GG - why not request examples from webmasters.. just mention a code to add to those feedback forms!
[edited by: nutsandbolts at 6:52 pm (utc) on Sep. 24, 2005]
We do have thousands of links, since we often break news or media so sites link to us in the hundreds each week...often in a very short space of time. Plus as I said we do have thousands of pages of duplicate stories, but that is the only way you can cover certain world events. Plus although we run a lot of original content as well we sometimes license that out too...
I do hope it changes though or we will be in some trouble. Just don't realise how dependent you are on one company. Guess this is a sit and see.
I also had a look on Alexa (I know flaky but gives rought idea). I noted all our peers and similar sites have followed us in a big drop in traffic last few days.
[edited by: FattyB at 6:54 pm (utc) on Sep. 24, 2005]
Does Google think I am a Link spammer from scrapers?
I don't think links, or templates or anything has the slightest to do with this.
As mentioned above, sites seem to manage to hold onto (or at least not drop much for) some searches, while being dropped hundreds of spots for most things (and seldom ever gone completely out of the top 1000). Also, pages on a domain that have not been copied in any way (like those built a few days ago) also have a mega-drop in rankings, from #1 when not filtered to down hundreds in the regular search.
This is domain related. Specific pages don't have to be copied to be filtered. At the same time, the ridiculously inflated page counts seem to always exist, and it appears (like to hear any exceptions) that you always have to be over 1000 pages, meaning you can never check to see what any of these phantom pages are supposed to be.
It seems awfully advanced for Google to recognize that a domain has some high threshold of copying by other domains, and thus gets filtered for almost all searches -- although this could be the same sort of ill-conceived notion as the establishment of the Supplemental index.
In any case, I don't think people should go too far afield with this, or read too much into it in tin hat ways. &filter=0 corrects the problem... in my experience, it *always* corrects it. That one bit of information should tell Google how they massively screwed up, and tell them what they need to do to fix it. If it is an overall domain level of content theft that triggers it, it is doubtful that we as webmasters can do much of anything about it, since by definition the contetn theft will be widespread, and more importantly, in most cases HAVING THE STOLEN CONETENT REMOVED WILL HAVE NO EFFECT, because it is in the supplemental index (in most cases) and deleting supplemental pages does not get them deleted from the supplemental index.
Google Guy(s) and Google Gal(s), you know what you did. Stop doing it. It accomplished nothing positive.

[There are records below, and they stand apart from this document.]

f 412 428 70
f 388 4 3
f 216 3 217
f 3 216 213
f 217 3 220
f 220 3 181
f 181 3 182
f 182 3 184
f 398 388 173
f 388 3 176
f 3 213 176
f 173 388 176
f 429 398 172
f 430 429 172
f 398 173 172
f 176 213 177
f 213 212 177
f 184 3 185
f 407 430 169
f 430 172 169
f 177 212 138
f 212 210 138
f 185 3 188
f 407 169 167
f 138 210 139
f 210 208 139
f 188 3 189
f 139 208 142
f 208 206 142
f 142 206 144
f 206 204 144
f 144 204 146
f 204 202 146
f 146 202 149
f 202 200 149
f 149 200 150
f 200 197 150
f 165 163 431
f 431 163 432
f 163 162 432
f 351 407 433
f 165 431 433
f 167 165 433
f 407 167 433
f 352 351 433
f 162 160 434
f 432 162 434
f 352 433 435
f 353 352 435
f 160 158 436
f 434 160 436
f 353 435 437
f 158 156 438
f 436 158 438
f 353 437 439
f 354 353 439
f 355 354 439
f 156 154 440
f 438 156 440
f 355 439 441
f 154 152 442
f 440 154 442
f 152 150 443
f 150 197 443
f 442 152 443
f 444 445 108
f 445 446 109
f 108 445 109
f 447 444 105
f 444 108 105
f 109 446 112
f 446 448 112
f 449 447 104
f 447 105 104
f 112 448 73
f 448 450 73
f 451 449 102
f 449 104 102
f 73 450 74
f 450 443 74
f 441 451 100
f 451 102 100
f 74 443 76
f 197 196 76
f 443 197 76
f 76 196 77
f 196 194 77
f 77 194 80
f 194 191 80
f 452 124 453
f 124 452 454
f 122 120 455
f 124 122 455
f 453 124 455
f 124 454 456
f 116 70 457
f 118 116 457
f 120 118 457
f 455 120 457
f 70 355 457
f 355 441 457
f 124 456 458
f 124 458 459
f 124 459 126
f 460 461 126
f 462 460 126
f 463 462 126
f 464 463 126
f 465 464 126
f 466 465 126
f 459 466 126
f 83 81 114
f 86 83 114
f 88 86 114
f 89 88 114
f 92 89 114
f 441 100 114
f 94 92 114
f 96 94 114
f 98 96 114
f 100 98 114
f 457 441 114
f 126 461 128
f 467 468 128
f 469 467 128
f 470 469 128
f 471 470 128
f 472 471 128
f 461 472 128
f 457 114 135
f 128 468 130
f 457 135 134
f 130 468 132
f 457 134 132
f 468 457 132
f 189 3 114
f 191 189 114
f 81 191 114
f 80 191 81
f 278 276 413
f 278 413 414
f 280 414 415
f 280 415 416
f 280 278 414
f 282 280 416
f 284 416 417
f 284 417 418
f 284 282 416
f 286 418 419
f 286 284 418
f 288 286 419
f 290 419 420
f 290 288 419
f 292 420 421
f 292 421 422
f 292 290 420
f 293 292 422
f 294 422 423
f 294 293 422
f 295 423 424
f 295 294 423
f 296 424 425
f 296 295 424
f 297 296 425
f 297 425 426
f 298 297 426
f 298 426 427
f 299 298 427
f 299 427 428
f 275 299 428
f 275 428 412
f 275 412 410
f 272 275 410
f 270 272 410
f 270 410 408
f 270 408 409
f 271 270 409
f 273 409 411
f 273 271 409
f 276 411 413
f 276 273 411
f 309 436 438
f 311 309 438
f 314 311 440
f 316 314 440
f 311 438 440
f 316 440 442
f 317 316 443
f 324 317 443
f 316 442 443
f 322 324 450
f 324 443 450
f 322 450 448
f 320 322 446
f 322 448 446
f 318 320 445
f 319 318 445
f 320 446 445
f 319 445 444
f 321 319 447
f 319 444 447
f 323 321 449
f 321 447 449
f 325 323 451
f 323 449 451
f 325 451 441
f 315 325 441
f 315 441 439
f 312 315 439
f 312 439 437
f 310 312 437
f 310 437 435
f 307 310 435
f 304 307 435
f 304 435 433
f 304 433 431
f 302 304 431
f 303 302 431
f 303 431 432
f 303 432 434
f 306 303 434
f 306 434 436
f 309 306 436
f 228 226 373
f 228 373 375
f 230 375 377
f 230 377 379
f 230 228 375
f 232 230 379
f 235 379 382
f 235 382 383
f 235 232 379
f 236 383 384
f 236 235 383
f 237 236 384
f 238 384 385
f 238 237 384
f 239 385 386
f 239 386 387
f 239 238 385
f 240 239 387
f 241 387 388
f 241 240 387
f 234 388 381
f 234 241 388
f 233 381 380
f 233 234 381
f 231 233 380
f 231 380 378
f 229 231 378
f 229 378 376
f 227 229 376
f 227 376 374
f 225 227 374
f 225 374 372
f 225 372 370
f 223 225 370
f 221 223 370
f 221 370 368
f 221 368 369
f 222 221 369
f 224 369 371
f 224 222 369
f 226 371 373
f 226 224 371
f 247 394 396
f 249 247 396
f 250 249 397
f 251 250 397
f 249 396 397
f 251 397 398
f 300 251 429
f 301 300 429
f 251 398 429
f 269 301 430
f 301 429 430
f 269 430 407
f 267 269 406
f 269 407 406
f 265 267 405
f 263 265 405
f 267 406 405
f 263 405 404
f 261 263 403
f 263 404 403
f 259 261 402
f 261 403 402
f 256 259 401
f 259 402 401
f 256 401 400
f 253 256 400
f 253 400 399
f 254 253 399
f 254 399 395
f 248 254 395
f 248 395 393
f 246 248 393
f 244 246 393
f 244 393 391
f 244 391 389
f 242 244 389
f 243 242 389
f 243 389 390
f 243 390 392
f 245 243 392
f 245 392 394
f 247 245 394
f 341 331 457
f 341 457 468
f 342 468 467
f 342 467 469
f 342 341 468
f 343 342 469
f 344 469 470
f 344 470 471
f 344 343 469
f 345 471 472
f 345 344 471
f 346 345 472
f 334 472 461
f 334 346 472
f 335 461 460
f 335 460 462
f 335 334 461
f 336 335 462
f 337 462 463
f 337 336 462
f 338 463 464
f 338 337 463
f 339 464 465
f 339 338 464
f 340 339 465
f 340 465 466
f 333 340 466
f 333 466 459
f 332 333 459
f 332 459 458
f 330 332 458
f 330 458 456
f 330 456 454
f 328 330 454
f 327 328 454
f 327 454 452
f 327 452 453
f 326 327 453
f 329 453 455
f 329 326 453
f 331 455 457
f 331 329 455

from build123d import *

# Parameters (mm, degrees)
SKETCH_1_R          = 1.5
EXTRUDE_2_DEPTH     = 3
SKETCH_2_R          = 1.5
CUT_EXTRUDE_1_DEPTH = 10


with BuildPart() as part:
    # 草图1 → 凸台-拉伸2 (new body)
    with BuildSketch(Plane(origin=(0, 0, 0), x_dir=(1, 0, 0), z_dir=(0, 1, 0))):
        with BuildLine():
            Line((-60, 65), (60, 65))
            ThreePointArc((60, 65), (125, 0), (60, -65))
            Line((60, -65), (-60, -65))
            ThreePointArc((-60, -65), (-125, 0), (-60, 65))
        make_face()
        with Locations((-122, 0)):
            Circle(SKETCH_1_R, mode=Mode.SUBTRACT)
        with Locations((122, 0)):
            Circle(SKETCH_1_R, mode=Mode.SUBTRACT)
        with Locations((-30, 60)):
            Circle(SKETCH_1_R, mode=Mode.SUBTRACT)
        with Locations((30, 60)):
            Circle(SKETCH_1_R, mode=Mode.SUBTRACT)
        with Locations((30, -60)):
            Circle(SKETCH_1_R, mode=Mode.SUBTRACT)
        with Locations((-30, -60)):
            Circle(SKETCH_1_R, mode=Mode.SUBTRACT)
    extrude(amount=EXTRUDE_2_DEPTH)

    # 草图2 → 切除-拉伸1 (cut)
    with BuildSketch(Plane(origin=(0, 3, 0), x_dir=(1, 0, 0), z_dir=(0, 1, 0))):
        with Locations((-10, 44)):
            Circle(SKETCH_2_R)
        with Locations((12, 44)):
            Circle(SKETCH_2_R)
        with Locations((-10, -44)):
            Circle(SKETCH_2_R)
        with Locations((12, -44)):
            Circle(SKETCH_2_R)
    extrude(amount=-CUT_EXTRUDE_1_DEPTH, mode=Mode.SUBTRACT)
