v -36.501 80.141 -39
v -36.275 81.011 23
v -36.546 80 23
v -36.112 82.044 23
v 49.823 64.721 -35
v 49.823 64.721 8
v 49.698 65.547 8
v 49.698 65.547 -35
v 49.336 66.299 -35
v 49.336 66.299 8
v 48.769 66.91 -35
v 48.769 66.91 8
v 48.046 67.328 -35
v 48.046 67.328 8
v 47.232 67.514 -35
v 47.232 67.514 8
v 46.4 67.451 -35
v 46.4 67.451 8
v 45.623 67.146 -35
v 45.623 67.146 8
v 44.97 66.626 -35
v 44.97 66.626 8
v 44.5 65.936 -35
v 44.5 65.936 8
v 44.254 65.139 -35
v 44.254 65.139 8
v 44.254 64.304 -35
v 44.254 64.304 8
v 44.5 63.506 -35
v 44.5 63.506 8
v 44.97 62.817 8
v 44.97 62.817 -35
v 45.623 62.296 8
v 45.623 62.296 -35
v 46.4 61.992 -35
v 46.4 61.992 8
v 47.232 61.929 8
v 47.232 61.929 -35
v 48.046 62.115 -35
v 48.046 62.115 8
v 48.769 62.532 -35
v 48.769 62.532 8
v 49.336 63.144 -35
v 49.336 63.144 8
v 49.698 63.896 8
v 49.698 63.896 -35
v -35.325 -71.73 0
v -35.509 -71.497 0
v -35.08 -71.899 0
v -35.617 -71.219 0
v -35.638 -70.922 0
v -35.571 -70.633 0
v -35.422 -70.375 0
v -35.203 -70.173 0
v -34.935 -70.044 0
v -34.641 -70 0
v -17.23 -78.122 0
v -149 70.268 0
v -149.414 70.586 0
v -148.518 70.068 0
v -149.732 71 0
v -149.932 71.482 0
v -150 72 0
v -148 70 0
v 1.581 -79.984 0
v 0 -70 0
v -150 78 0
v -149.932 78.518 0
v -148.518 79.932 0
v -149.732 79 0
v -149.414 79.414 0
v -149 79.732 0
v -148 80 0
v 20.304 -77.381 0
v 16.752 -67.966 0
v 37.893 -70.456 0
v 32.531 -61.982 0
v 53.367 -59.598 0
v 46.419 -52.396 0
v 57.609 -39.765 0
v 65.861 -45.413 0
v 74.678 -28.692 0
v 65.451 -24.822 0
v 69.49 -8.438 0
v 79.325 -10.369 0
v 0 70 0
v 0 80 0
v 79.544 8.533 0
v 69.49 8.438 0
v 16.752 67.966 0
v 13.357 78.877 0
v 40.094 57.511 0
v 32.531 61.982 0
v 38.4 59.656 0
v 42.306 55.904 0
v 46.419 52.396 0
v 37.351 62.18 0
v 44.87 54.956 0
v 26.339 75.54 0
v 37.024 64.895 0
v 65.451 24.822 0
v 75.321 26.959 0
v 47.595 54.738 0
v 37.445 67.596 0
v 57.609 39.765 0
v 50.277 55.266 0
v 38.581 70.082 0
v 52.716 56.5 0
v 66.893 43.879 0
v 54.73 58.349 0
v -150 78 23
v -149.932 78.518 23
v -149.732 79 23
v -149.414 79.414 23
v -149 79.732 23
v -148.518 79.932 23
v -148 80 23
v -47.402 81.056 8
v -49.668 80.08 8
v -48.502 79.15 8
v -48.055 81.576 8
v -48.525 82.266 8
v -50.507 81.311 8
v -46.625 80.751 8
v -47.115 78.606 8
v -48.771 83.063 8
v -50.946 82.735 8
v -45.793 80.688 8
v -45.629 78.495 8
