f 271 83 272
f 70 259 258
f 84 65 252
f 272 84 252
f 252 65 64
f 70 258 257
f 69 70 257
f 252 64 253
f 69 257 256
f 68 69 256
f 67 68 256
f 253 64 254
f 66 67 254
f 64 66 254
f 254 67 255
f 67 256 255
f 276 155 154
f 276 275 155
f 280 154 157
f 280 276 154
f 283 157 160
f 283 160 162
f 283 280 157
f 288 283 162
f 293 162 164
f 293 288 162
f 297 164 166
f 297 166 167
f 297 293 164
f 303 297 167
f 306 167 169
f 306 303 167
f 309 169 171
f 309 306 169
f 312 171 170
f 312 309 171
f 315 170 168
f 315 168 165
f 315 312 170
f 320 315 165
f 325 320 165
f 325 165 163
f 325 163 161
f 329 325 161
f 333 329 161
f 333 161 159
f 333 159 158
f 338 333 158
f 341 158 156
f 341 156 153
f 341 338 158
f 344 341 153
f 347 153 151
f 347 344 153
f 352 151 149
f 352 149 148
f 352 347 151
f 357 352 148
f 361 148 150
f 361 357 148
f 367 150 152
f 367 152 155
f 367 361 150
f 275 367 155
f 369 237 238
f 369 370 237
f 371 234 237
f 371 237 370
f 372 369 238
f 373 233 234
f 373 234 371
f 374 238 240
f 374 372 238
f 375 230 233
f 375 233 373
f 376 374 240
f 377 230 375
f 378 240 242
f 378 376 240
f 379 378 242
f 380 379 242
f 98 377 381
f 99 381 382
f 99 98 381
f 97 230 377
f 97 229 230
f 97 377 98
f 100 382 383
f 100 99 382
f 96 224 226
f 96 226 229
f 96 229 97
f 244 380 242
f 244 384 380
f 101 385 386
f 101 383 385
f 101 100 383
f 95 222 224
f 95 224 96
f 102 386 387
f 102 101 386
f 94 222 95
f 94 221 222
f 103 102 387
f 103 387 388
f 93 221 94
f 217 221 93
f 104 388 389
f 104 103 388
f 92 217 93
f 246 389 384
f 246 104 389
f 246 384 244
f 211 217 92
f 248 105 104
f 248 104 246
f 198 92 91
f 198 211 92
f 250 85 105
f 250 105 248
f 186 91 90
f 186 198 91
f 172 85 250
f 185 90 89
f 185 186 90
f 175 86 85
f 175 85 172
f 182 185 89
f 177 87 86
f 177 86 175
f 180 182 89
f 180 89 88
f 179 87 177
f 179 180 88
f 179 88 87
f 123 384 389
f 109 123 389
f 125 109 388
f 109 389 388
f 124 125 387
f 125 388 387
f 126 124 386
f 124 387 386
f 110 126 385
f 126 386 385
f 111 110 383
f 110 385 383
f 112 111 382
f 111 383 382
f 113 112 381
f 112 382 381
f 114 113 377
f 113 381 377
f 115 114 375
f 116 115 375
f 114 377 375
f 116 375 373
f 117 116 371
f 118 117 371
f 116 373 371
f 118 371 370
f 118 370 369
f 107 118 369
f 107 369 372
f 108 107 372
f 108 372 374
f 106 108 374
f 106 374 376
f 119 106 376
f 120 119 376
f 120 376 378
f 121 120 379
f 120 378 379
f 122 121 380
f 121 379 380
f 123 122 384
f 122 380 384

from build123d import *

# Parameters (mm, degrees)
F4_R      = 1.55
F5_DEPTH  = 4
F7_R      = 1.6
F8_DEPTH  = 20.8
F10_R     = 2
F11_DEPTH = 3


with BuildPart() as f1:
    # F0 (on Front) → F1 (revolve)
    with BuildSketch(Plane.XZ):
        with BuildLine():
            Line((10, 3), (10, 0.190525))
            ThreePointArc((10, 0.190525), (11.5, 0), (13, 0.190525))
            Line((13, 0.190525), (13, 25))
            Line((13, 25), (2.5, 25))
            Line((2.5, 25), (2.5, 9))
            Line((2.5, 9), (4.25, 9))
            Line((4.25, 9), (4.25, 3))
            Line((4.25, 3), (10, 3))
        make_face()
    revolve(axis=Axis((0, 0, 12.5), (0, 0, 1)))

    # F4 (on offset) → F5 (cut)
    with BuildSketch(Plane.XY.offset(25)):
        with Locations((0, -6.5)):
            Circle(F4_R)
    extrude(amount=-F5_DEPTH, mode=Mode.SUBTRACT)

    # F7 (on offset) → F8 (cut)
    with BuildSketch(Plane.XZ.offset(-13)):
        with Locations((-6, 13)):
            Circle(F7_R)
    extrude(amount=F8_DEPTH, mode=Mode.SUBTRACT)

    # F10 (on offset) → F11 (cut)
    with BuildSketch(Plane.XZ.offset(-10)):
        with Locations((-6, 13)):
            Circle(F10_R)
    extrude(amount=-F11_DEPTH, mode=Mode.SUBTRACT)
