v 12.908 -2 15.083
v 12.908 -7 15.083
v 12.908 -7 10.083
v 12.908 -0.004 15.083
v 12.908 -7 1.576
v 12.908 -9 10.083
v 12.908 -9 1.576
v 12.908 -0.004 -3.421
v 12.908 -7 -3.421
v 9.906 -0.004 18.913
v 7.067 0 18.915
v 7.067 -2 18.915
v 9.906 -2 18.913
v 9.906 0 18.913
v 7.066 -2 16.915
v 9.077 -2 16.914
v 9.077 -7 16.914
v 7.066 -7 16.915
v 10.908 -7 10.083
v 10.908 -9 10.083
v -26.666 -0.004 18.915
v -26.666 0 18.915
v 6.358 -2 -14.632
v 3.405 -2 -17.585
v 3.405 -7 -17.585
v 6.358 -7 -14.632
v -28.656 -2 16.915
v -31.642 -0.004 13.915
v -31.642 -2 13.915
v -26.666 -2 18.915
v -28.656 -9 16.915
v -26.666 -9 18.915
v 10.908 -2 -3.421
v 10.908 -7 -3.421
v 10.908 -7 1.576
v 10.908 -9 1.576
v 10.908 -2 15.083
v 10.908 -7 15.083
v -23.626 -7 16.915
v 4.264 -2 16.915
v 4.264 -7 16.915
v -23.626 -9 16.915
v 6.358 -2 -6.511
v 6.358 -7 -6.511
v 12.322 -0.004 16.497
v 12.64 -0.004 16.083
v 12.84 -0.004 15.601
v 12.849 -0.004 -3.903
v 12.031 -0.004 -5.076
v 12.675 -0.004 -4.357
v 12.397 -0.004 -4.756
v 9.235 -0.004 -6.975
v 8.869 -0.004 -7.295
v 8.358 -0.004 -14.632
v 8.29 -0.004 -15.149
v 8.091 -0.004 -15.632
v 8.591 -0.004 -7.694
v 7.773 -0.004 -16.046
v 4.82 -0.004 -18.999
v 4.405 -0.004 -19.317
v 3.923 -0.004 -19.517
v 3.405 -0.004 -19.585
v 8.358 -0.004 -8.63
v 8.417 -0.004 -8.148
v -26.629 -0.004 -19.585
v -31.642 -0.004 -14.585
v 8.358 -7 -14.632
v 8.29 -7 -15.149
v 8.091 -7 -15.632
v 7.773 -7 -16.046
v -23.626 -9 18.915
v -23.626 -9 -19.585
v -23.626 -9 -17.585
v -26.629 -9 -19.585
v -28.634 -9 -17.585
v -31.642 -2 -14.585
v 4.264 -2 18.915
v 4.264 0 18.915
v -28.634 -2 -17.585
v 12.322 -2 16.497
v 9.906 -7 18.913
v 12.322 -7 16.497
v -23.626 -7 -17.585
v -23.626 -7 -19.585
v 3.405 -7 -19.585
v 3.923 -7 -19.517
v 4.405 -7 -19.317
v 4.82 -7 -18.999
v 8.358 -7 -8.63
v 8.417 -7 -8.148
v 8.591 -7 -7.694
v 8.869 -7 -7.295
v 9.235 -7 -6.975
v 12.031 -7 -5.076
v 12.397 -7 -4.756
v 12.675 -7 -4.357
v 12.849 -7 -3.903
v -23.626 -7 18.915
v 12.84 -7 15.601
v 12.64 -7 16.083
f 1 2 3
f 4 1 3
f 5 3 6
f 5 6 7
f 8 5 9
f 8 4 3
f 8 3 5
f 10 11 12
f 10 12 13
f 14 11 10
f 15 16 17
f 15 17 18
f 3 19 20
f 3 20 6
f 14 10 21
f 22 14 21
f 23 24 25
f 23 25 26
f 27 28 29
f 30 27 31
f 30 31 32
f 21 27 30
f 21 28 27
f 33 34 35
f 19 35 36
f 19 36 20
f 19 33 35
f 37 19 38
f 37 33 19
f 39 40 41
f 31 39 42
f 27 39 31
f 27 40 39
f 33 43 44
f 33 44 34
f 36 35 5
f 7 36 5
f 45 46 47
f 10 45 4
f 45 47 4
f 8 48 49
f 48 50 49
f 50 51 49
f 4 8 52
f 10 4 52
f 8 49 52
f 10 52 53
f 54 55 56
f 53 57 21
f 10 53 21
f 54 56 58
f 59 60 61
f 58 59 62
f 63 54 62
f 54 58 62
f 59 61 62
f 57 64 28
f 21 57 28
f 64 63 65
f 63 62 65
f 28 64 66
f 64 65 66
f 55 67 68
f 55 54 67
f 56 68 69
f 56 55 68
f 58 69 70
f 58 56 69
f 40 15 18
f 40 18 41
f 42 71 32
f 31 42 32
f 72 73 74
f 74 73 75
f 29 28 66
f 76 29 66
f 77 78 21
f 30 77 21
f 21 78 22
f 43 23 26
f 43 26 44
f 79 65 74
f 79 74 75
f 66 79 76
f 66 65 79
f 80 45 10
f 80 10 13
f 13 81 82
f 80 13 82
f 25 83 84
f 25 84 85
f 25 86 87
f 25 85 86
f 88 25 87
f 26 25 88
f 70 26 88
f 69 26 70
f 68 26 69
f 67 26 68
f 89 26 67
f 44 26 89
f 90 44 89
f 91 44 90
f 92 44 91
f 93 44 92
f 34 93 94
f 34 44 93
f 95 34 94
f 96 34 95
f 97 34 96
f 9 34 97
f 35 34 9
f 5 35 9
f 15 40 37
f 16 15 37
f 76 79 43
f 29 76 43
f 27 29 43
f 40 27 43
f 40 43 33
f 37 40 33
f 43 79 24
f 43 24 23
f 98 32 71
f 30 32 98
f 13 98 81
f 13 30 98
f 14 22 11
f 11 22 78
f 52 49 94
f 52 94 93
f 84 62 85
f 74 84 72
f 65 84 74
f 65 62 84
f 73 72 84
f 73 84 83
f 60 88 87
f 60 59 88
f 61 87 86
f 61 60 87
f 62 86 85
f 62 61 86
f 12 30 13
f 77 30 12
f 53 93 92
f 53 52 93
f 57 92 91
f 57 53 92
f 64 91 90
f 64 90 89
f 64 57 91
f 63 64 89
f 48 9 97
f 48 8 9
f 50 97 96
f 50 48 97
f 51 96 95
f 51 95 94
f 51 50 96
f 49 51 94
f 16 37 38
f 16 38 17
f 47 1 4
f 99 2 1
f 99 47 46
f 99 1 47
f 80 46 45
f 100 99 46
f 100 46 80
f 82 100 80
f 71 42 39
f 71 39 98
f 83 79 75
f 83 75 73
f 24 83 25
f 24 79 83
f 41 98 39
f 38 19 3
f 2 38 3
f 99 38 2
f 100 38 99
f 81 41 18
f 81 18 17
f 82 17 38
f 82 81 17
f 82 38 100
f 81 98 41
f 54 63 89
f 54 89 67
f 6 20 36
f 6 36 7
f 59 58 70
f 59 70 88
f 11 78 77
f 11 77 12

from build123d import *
from OCP.BRepFilletAPI import BRepFilletAPI_MakeChamfer

# Parameters (mm, degrees)
SKETCH1_W               = 41
SKETCH1_H               = 34.5
SKETCH1_W_2             = 35
SKETCH1_H_2             = 28.5
BOSS_EXTRUDE1_DEPTH     = 5
SKETCH2_W               = 35
SKETCH2_H               = 28.5
BOSS_EXTRUDE2_DEPTH     = 1
SKETCH6_W               = 34.5
SKETCH6_H               = 5
CUT_EXTRUDE2_DEPTH      = 3
SKETCH7_W               = 1.6
SKETCH7_H               = 3
SKETCH7_H_2             = 3.078736203
BOSS_EXTRUDE3_DEPTH     = 4
CHAMFER1_SIZE           = 3
SKETCH14_W              = 3.502632447
SKETCH14_H              = 20.452559449
CUT_EXTRUDE6_DEPTH      = 10
BOSS_EXTRUDE5_DEPTH     = 4
BOSS_EXTRUDE7_DEPTH     = 1
SKETCH9_W               = 3.28281374
SKETCH9_H               = 22.420706044
CUT_EXTRUDE3_DEPTH      = 4
BOSS_EXTRUDE4_DEPTH     = 2
SKETCH12_W              = 3.28281374
SKETCH12_H              = 22.420706044
CUT_EXTRUDE4_DEPTH      = 0.003863752
BOSS_EXTRUDE8_DEPTH     = 2
BOSS_EXTRUDE9_DEPTH     = 2
CUT_EXTRUDE7_DEPTH      = 38.864903937
CUT_EXTRUDE7_DEPTH_BACK = 4
CHAMFER2_SIZE           = 3
CHAMFER2_SIZE_2         = 3.001586398
CHAMFER2_SIZE2          = 3
CHAMFER3_SIZE           = 2
BOSS_EXTRUDE10_DEPTH    = 7
CUT_EXTRUDE8_START      = -2
CUT_EXTRUDE8_DEPTH      = 7
CUT_EXTRUDE9_DEPTH      = 7
CUT_EXTRUDE11_START     = 1
CUT_EXTRUDE11_DEPTH     = 10
CUT_EXTRUDE12_DEPTH     = 10
SKETCH30_W              = 2.837179027
SKETCH30_H              = 7
CUT_EXTRUDE13_DEPTH     = 10
BOSS_EXTRUDE11_DEPTH    = 7
CUT_EXTRUDE14_DEPTH     = 7
SKETCH35_W              = 36.645868519
SKETCH35_H              = 38.499838471
CUT_EXTRUDE15_DEPTH     = 2
SKETCH37_W              = 2
SKETCH37_H              = 8.507497338
BOSS_EXTRUDE12_DEPTH    = 2
FILLET2_R               = 2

The results are virtually unchanged... except you are filtering out many of the most respected (and stolen from) domains in every niche.
My site scraped and now missing was registered by me in 98. Hard to believe the 250 sites that are listsed instead of me were registered before then. I'll bet not one of them was.
Can it be so difficult to sort this out?
What does google expect us to do rewrite the site for every update?